Matthijs Mekking [Tue, 15 Jan 2019 13:12:14 +0000 (14:12 +0100)]
DLV tests unsupported/disabled algorithms
This tests both the cases when the DLV trust anchor is of an
unsupported or disabled algorithm, as well as if the DLV zone
contains a key with an unsupported or disabled algorithm.
* Remove dnskey-sig-validity option (added in 9.12)
* Replace rndccmd, dig_with_opts with export variables
* Remove tests for CDNSKEY and CDS (in 9.11 always signed with ZSK)
Matthijs Mekking [Fri, 22 Mar 2019 14:42:10 +0000 (15:42 +0100)]
With update-check-ksk also consider offline keys
The option `update-check-ksk` will look if both KSK and ZSK are
available before signing records. It will make sure the keys are
active and available. However, for operational practices keys may
be offline. This commit relaxes the update-check-ksk check and will
mark a key that is offline to be available when adding signature
tasks.
Matthijs Mekking [Thu, 14 Mar 2019 08:32:20 +0000 (09:32 +0100)]
Add test for ZSK rollover while KSK offline
This commit adds a lengthy test where the ZSK is rolled but the
KSK is offline (except for when the DNSKEY RRset is changed).

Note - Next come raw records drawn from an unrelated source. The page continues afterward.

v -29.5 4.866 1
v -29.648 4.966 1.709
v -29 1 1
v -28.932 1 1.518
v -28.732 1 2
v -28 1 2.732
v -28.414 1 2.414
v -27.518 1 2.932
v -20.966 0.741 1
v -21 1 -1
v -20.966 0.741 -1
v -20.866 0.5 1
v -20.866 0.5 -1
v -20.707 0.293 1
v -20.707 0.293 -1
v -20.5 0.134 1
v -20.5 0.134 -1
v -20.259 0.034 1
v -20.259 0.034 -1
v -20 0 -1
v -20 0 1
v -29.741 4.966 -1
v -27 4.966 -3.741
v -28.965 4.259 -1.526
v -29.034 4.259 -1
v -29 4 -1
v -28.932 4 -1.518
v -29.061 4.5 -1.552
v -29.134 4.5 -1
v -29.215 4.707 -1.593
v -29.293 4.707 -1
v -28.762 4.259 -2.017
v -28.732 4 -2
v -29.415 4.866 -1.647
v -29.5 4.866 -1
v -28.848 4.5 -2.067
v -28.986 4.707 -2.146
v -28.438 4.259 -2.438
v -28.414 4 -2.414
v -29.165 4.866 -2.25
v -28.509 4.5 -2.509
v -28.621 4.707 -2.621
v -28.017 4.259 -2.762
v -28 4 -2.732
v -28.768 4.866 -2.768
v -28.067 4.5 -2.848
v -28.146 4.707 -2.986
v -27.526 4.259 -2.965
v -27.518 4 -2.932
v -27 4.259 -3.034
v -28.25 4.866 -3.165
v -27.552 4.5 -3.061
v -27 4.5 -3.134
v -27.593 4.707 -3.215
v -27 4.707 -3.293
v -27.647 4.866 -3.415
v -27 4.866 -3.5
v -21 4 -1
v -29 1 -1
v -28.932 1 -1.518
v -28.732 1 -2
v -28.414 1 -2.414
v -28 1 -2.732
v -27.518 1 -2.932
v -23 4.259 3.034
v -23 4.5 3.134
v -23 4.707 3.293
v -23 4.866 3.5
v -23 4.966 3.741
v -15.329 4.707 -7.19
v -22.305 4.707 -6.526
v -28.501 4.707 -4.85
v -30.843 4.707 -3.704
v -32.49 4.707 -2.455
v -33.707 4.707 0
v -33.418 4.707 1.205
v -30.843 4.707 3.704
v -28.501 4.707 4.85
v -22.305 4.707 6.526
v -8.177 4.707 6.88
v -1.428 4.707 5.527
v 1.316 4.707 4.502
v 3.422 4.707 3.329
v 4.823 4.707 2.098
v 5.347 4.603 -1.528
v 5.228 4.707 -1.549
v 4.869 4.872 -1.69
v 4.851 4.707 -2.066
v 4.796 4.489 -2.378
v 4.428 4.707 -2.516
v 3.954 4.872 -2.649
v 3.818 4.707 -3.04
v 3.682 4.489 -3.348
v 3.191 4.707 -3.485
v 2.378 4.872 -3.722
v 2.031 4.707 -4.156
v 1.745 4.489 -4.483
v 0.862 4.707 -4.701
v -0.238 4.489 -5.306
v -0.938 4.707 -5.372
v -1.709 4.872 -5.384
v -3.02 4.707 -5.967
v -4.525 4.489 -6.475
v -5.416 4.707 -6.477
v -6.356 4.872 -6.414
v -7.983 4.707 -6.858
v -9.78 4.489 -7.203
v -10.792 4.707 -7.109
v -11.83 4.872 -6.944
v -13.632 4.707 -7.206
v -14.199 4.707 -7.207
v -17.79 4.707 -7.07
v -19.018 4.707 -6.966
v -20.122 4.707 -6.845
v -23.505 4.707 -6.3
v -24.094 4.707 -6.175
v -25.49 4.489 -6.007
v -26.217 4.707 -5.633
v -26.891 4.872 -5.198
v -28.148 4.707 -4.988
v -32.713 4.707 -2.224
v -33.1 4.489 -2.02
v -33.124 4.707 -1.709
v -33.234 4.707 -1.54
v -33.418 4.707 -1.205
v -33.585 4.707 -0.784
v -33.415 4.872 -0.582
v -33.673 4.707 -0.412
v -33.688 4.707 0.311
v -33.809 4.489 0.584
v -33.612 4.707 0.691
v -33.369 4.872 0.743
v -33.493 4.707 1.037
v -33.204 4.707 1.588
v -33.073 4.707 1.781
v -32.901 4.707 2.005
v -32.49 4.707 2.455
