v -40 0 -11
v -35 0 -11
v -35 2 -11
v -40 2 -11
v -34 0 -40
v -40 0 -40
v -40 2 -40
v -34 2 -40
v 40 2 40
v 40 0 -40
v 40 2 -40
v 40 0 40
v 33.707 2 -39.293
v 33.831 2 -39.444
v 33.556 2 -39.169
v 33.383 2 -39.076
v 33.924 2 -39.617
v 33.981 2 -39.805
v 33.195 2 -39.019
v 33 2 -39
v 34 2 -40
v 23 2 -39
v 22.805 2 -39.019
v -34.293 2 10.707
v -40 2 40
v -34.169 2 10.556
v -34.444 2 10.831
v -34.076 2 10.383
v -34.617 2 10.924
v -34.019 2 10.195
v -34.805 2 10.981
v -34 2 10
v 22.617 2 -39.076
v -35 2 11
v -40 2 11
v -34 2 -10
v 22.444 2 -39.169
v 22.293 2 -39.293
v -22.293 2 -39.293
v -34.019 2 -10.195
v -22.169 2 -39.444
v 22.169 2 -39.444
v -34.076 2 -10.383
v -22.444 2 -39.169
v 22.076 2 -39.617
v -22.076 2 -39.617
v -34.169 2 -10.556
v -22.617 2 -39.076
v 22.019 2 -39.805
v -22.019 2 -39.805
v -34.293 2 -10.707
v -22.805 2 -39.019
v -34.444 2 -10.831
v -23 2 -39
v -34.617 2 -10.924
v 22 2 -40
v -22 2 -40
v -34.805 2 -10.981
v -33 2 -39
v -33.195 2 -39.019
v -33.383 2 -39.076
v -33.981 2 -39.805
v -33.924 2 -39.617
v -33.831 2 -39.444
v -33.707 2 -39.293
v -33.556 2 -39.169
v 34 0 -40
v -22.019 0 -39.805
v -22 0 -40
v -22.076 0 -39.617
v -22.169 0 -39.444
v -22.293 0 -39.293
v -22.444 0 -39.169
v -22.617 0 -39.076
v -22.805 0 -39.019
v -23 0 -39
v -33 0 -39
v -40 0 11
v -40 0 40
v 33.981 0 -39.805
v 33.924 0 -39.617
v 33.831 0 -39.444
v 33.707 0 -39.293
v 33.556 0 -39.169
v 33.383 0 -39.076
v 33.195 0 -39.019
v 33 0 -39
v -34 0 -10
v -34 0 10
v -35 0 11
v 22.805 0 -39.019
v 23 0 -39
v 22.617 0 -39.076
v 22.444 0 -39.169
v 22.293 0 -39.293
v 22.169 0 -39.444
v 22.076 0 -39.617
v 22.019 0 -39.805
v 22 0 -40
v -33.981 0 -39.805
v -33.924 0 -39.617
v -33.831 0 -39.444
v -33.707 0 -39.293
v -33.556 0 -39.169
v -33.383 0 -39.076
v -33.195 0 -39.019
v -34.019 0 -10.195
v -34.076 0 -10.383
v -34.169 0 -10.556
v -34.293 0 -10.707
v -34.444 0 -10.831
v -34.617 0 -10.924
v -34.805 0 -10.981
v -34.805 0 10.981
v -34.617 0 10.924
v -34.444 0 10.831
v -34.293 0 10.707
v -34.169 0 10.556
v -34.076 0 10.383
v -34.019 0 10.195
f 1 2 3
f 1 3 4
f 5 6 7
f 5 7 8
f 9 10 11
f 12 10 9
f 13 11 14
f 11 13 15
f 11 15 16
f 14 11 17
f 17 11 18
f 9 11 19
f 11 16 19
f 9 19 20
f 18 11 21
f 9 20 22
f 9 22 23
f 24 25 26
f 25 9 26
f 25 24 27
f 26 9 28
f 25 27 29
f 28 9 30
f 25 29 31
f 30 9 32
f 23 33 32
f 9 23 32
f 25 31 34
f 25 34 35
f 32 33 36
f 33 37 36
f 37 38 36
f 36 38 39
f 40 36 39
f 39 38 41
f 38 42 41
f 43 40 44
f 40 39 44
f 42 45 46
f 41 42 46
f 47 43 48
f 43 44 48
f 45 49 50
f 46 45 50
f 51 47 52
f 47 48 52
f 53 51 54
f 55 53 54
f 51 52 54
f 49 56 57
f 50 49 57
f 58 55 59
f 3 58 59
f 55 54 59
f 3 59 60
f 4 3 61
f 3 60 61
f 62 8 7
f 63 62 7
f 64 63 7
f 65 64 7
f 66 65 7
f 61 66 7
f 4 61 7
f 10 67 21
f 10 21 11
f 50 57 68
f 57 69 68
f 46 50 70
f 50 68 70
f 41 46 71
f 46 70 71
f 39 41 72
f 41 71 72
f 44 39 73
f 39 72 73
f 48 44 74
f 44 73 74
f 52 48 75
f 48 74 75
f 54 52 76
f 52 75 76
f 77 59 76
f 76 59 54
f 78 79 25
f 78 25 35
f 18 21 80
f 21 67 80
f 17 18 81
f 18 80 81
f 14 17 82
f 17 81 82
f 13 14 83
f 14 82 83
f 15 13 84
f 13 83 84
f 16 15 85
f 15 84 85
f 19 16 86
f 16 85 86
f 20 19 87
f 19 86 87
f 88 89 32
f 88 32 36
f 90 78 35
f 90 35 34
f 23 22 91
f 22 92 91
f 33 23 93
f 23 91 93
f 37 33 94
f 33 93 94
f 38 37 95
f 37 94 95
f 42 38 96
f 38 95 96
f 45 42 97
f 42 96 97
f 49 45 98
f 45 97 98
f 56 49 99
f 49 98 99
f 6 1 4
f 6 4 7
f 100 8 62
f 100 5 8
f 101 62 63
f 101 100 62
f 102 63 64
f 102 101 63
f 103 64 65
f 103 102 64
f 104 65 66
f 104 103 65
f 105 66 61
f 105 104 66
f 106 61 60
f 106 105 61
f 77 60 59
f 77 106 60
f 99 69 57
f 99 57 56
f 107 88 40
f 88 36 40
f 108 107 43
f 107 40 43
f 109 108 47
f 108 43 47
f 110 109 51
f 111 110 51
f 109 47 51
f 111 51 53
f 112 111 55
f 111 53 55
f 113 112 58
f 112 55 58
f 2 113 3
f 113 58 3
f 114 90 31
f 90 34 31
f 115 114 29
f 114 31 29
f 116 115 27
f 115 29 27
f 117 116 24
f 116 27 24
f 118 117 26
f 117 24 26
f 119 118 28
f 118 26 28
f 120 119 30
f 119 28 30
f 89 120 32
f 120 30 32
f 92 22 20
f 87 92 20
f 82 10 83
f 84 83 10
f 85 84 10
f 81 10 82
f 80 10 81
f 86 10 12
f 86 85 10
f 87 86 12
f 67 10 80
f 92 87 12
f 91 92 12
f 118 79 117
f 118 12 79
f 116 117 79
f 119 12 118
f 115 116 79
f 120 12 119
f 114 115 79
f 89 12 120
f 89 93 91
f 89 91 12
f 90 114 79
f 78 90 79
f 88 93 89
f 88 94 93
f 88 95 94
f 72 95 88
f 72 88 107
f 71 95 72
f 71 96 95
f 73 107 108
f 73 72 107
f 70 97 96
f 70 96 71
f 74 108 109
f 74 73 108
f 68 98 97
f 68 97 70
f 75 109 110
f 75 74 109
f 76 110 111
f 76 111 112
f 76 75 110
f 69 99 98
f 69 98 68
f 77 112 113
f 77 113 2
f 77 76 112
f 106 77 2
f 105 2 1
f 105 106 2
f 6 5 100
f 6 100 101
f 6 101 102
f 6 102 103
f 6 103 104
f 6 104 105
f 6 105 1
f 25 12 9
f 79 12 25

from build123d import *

# Parameters (mm, degrees)
EXTRUDE_1_DEPTH     = 2
SKETCH_2_W          = 12
SKETCH_2_H          = 1
CUT_EXTRUDE_1_DEPTH = 2
FILLET_1_R          = 1
FILLET_2_R          = 1


with BuildPart() as part:
    # 草图1 → 凸台-拉伸1 (new body)
    with BuildSketch(Plane(origin=(0, 0, 0), x_dir=(1, 0, 0), z_dir=(0, 1, 0))):
        Polygon((-40, 11), (-40, 40), (40, 40), (40, -40), (-40, -40), (-40, -11), (-34, -11), (-34, 11), align=None)
    extrude(amount=EXTRUDE_1_DEPTH)

    # 草图2 → 切除-拉伸1 (cut)
    with BuildSketch(Plane(origin=(0, 2, 0), x_dir=(1, 0, 0), z_dir=(0, 1, 0))):
        with Locations((-28, 39.5)):
            Rectangle(SKETCH_2_W, SKETCH_2_H)
        with Locations((28, 39.5)):
            Rectangle(SKETCH_2_W, SKETCH_2_H)
    extrude(amount=-CUT_EXTRUDE_1_DEPTH, mode=Mode.SUBTRACT)

    # 圆角1
    fillet_1_edges = [part.edges().sort_by_distance(p)[0] for p in [
        (22, 1, -39),
        (34, 1, -39),
        (-34, 1, -39),
        (-22, 1, -39),
    ]]
    fillet(fillet_1_edges, radius=FILLET_1_R - 0.0001)  # a hair under: the kernel refuses the full size

    # 圆角2
    fillet_2_edges = [part.edges().sort_by_distance(p)[0] for p in [
        (-34, 1, 11),
        (-34, 1, -11),
    ]]
    fillet(fillet_2_edges, radius=FILLET_2_R)


solid = part.part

The
specific scenario has the `dnskey-kskonly` configuration option set
meaning the DNSKEY RRset should only be signed with the KSK.
A new zone `updatecheck-kskonly.secure` is added to test against,
that can be dynamically updated, and that can be controlled with rndc
to load the DNSSEC keys.
There are some pre-checks for this test to make sure everything is
fine before the ZSK roll, after the new ZSK is published, and after
the old ZSK is deleted. Note there are actually two ZSK rolls in
quick succession.
When the latest added ZSK becomes active and its predecessor becomes
inactive, the KSK is offline. However, the DNSKEY RRset did not
change and it has a good signature that is valid for long enough.
The expected behavior is that the DNSKEY RRset stays signed with
the KSK only (signature does not need to change). However, the
test will fail because after reconfiguring the keys for the zone,
it wants to add re-sign tasks for the new active keys (in sign_apex).
Because the KSK is offline, named determines that the only other
active key, the latest ZSK, will be used to resign the DNSKEY RRset,
in addition to keeping the RRSIG of the KSK.
The question is: Why do we need to resign the DNSKEY RRset
immediately when a new key becomes active? This is not required,
only once the next resign task is triggered the new active key
should replace signatures that are in need of refreshing.
Mark Andrews [Tue, 26 Feb 2019 23:21:33 +0000 (10:21 +1100)]
Add dns_rdata_totext() and dns_rdata_fromtext() to fromwire
Add dns_rdata_totext() and dns_rdata_fromtext() to fromwire for
valid inputs to ensure that what we accept in dns_rdata_fromwire()
can be written out and read back in.